Return nothing but the lines from the line containing "#246=ORIENTED_EDGE('',*,*,#245,.F.);" through the last line of the records, reproduced exactly.

Data for processing:
####
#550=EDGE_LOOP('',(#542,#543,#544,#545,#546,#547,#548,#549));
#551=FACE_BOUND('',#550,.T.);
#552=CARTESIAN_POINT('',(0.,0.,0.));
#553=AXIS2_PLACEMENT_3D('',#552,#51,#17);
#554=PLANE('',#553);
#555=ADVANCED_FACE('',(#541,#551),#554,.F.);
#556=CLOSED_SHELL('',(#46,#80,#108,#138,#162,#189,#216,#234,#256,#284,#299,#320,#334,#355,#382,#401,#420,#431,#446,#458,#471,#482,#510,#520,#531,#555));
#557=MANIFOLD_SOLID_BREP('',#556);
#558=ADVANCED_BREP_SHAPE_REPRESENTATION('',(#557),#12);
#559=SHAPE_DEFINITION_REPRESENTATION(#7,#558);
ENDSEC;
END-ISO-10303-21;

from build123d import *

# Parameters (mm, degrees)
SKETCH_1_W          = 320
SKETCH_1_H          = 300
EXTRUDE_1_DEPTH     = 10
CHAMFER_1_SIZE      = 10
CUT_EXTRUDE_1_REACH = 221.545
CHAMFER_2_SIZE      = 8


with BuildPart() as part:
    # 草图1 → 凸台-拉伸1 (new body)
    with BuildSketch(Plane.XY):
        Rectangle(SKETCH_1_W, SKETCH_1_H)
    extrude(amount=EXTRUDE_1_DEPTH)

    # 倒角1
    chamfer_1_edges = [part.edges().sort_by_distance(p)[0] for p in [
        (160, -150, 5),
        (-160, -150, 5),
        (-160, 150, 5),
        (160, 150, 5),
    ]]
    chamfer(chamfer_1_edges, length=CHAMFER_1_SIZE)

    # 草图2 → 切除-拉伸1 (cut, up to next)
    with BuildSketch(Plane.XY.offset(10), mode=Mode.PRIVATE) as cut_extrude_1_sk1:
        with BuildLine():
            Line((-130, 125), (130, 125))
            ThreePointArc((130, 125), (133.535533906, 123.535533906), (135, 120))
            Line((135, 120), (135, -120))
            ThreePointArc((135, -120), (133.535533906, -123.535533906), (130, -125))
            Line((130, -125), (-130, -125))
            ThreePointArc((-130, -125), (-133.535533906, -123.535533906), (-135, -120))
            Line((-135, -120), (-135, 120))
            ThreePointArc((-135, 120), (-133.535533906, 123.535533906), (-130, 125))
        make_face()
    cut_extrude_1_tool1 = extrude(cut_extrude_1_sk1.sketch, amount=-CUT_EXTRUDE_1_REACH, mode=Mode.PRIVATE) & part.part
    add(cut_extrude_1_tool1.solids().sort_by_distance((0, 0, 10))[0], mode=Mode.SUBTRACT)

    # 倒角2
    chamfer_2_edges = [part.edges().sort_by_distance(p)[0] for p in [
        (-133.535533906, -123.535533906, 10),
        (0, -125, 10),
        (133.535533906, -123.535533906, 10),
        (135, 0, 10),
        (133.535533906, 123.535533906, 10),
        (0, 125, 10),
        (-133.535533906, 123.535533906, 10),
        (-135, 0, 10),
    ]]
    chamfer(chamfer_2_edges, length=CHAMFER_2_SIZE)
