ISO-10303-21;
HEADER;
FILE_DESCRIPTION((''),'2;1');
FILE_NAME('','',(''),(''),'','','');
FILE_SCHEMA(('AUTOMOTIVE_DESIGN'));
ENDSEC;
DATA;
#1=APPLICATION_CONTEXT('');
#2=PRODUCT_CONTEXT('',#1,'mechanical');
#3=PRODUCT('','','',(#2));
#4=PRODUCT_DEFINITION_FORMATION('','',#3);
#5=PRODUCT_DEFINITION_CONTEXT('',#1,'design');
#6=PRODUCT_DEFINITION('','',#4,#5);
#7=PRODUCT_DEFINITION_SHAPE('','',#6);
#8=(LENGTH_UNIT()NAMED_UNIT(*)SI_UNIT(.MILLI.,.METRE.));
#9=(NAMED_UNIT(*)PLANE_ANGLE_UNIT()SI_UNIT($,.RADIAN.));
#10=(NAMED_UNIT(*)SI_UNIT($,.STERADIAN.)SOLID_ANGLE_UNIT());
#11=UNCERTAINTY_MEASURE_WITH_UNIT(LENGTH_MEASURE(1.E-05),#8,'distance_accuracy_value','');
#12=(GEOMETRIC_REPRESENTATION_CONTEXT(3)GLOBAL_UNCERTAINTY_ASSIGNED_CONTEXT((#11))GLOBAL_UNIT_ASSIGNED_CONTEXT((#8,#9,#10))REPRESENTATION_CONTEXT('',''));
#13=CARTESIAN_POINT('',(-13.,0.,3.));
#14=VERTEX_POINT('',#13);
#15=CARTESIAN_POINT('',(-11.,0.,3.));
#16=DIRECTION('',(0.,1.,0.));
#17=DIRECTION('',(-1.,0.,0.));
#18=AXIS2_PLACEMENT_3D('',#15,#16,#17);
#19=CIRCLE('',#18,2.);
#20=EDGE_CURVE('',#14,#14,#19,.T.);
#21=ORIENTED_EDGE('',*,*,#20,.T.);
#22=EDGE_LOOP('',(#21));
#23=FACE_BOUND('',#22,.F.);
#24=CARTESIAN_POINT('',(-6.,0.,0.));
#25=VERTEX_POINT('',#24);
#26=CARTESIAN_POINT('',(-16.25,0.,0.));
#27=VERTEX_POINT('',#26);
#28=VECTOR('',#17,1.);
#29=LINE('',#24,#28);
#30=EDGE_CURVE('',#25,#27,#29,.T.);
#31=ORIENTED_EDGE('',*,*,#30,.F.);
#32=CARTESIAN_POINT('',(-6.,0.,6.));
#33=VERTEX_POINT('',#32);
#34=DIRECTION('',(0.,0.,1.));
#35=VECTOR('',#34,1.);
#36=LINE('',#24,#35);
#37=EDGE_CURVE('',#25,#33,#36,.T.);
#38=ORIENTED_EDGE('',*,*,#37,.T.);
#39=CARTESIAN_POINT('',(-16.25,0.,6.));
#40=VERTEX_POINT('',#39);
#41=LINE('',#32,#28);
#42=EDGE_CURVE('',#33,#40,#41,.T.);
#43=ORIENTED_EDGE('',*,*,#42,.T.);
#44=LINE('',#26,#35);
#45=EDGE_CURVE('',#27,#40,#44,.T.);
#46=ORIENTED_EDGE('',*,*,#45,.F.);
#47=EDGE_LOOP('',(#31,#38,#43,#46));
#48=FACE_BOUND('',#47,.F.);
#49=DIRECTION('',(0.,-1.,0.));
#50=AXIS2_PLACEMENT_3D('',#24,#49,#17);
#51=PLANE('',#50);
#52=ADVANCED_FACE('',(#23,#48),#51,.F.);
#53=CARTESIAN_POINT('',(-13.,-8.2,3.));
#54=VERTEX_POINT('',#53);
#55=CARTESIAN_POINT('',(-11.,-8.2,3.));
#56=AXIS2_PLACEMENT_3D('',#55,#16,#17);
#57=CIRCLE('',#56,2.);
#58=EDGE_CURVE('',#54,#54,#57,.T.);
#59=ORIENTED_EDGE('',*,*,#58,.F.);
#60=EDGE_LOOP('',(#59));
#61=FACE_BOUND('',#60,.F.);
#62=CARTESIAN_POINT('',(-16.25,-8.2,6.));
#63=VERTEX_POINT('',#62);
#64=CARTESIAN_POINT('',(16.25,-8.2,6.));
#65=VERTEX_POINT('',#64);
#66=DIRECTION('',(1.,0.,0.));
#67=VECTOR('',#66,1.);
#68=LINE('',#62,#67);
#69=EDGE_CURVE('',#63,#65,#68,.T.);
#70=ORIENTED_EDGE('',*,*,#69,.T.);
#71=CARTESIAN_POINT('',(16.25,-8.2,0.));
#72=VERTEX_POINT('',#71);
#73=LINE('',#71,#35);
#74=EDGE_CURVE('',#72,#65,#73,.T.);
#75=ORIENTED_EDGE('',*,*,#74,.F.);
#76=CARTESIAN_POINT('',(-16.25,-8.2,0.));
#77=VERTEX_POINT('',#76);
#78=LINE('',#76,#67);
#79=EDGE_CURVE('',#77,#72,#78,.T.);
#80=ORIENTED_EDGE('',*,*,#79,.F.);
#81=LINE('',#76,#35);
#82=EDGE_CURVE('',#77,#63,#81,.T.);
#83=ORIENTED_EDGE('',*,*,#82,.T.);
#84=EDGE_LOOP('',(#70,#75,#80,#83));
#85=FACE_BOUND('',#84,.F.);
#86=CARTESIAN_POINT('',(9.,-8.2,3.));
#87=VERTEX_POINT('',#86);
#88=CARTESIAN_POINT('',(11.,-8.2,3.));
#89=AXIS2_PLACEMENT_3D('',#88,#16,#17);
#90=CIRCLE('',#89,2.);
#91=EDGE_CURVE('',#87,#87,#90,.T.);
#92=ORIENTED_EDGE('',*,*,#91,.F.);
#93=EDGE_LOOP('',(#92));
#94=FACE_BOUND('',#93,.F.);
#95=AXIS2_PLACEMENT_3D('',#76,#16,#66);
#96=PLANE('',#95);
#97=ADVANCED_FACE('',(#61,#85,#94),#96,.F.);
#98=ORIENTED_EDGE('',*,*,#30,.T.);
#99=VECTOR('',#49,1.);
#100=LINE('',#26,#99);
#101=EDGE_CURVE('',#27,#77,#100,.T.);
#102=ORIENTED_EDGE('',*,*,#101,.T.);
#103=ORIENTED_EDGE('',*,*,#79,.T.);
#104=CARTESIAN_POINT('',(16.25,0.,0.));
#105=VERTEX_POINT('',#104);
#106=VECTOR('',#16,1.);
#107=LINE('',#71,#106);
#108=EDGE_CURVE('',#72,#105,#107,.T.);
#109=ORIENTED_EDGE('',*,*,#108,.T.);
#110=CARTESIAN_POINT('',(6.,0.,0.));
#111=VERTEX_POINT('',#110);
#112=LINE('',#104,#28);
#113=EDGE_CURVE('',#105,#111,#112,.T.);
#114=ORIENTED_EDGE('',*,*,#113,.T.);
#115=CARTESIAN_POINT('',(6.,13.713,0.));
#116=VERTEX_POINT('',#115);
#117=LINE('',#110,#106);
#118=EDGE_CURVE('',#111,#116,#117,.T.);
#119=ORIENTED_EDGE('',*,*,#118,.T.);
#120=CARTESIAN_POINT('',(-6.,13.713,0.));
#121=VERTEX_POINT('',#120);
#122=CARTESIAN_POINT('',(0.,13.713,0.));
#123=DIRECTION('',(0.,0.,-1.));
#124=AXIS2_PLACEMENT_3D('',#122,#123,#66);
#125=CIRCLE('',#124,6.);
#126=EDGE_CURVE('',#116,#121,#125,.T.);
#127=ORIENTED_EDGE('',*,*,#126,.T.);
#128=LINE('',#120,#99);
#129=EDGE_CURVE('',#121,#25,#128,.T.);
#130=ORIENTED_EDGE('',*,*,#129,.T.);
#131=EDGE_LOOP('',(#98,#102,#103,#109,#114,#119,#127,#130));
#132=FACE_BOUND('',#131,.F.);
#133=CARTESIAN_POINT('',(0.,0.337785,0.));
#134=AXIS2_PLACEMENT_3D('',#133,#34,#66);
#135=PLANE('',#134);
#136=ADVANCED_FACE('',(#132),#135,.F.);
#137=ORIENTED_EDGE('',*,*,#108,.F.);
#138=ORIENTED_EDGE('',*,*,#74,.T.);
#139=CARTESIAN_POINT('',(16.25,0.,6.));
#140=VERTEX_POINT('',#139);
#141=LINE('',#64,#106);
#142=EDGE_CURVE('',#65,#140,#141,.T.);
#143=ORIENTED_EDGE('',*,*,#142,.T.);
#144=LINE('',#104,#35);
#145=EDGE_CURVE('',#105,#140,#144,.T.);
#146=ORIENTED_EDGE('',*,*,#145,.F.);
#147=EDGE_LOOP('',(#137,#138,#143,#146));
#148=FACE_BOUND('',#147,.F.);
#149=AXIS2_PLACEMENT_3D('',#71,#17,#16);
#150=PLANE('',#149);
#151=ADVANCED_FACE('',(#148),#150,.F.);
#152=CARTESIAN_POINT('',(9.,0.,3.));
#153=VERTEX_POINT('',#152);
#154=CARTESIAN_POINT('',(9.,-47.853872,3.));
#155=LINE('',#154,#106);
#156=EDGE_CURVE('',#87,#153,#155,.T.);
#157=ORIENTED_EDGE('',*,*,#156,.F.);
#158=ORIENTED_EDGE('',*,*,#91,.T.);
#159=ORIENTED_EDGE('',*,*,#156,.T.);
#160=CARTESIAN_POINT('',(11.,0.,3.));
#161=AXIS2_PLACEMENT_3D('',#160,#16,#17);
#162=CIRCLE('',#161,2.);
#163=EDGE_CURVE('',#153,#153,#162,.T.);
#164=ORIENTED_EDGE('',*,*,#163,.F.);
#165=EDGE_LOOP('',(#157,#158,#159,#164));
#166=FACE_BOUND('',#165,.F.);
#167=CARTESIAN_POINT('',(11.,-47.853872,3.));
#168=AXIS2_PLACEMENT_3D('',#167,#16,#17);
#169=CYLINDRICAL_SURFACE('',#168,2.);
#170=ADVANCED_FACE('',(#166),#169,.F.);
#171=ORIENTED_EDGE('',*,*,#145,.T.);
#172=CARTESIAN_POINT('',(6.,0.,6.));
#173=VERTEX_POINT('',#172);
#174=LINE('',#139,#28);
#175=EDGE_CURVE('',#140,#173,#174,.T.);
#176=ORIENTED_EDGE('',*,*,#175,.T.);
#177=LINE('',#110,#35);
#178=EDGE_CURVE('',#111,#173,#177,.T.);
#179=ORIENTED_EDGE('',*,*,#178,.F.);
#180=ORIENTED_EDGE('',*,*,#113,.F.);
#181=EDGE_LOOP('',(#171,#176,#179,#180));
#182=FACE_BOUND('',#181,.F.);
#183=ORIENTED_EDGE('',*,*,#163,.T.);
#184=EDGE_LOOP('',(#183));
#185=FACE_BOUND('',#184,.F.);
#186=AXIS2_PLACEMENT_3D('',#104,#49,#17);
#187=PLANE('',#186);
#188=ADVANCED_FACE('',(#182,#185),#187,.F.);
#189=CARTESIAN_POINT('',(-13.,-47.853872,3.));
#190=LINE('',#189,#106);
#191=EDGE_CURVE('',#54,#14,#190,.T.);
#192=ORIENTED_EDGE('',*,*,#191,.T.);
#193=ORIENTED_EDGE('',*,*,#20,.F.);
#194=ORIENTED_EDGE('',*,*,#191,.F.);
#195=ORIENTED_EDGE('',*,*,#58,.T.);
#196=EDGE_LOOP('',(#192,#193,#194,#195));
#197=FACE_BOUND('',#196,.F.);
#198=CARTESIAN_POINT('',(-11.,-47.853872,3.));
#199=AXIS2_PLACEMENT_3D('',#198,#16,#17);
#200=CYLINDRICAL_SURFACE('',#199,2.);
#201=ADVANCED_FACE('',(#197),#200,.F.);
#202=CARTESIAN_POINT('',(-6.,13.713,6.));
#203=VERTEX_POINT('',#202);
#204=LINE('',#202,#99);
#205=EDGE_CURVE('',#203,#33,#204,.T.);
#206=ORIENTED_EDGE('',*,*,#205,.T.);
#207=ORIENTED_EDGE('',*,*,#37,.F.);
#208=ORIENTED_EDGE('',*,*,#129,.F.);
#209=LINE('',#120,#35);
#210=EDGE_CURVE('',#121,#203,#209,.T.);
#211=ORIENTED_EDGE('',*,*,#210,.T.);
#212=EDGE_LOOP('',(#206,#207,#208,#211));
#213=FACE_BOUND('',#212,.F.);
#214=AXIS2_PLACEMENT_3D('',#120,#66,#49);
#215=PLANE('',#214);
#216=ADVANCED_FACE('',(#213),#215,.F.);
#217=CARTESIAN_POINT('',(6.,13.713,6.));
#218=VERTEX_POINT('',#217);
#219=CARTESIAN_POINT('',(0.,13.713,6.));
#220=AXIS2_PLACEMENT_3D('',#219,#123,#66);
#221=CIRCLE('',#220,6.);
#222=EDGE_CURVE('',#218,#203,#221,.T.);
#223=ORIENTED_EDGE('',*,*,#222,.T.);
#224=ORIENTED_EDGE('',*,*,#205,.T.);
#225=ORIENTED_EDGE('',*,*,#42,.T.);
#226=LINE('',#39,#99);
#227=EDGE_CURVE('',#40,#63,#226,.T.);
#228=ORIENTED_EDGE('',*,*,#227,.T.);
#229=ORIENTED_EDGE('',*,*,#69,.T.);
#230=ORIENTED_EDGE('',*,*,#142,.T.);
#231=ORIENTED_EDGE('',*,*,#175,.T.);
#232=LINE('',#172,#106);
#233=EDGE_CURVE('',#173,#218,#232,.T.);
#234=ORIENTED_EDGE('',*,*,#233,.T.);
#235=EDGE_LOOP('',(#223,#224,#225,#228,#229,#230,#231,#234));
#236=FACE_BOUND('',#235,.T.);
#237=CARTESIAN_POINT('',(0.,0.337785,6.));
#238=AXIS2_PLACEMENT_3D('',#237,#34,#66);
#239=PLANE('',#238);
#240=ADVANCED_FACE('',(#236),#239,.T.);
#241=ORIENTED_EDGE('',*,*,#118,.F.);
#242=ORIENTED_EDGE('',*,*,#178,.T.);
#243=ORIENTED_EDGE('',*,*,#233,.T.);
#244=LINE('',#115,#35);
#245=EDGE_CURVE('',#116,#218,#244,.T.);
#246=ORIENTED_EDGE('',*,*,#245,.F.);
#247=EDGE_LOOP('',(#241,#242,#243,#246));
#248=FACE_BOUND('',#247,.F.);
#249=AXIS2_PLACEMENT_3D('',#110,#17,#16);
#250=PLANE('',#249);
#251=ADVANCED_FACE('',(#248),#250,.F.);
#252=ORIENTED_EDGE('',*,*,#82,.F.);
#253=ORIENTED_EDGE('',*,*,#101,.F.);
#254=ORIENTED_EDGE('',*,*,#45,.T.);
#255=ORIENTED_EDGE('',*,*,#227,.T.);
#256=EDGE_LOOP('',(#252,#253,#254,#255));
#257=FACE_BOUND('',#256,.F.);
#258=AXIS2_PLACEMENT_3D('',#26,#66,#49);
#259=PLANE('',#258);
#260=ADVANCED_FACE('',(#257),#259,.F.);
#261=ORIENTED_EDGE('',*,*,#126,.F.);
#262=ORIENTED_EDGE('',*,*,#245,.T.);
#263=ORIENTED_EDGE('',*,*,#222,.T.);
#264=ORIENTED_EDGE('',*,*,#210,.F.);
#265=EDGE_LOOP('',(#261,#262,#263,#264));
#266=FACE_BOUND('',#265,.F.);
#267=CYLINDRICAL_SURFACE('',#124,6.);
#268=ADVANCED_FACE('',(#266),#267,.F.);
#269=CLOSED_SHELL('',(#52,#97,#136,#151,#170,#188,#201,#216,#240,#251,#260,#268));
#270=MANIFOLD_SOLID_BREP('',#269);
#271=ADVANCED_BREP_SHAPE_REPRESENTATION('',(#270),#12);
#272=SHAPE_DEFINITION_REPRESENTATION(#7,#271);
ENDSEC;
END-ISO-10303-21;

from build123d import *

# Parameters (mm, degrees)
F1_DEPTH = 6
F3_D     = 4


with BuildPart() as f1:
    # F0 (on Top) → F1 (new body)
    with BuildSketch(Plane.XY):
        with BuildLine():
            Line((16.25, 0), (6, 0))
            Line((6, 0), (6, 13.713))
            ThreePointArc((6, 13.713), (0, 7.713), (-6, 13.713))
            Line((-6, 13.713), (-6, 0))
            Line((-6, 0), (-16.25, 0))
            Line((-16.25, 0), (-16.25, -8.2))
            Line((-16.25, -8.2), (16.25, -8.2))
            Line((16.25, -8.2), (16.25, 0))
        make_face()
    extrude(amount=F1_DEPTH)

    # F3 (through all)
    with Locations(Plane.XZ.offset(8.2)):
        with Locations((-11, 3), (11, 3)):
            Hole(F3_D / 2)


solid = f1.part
####
Response below:
#246=ORIENTED_EDGE('',*,*,#245,.F.);
#247=EDGE_LOOP('',(#241,#242,#243,#246));
#248=FACE_BOUND('',#247,.F.);
#249=AXIS2_PLACEMENT_3D('',#110,#17,#16);
#250=PLANE('',#249);
#251=ADVANCED_FACE('',(#248),#250,.F.);
#252=ORIENTED_EDGE('',*,*,#82,.F.);
#253=ORIENTED_EDGE('',*,*,#101,.F.);
#254=ORIENTED_EDGE('',*,*,#45,.T.);
#255=ORIENTED_EDGE('',*,*,#227,.T.);
#256=EDGE_LOOP('',(#252,#253,#254,#255));
#257=FACE_BOUND('',#256,.F.);
#258=AXIS2_PLACEMENT_3D('',#26,#66,#49);
#259=PLANE('',#258);
#260=ADVANCED_FACE('',(#257),#259,.F.);
#261=ORIENTED_EDGE('',*,*,#126,.F.);
#262=ORIENTED_EDGE('',*,*,#245,.T.);
#263=ORIENTED_EDGE('',*,*,#222,.T.);
#264=ORIENTED_EDGE('',*,*,#210,.F.);
#265=EDGE_LOOP('',(#261,#262,#263,#264));
#266=FACE_BOUND('',#265,.F.);
#267=CYLINDRICAL_SURFACE('',#124,6.);
#268=ADVANCED_FACE('',(#266),#267,.F.);
#269=CLOSED_SHELL('',(#52,#97,#136,#151,#170,#188,#201,#216,#240,#251,#260,#268));
#270=MANIFOLD_SOLID_BREP('',#269);
#271=ADVANCED_BREP_SHAPE_REPRESENTATION('',(#270),#12);
#272=SHAPE_DEFINITION_REPRESENTATION(#7,#271);
ENDSEC;
END-ISO-10303-21;

from build123d import *

# Parameters (mm, degrees)
F1_DEPTH = 6
F3_D     = 4


with BuildPart() as f1:
    # F0 (on Top) → F1 (new body)
    with BuildSketch(Plane.XY):
        with BuildLine():
            Line((16.25, 0), (6, 0))
            Line((6, 0), (6, 13.713))
            ThreePointArc((6, 13.713), (0, 7.713), (-6, 13.713))
            Line((-6, 13.713), (-6, 0))
            Line((-6, 0), (-16.25, 0))
            Line((-16.25, 0), (-16.25, -8.2))
            Line((-16.25, -8.2), (16.25, -8.2))
            Line((16.25, -8.2), (16.25, 0))
        make_face()
    extrude(amount=F1_DEPTH)

    # F3 (through all)
    with Locations(Plane.XZ.offset(8.2)):
        with Locations((-11, 3), (11, 3)):
            Hole(F3_D / 2)


solid = f1.part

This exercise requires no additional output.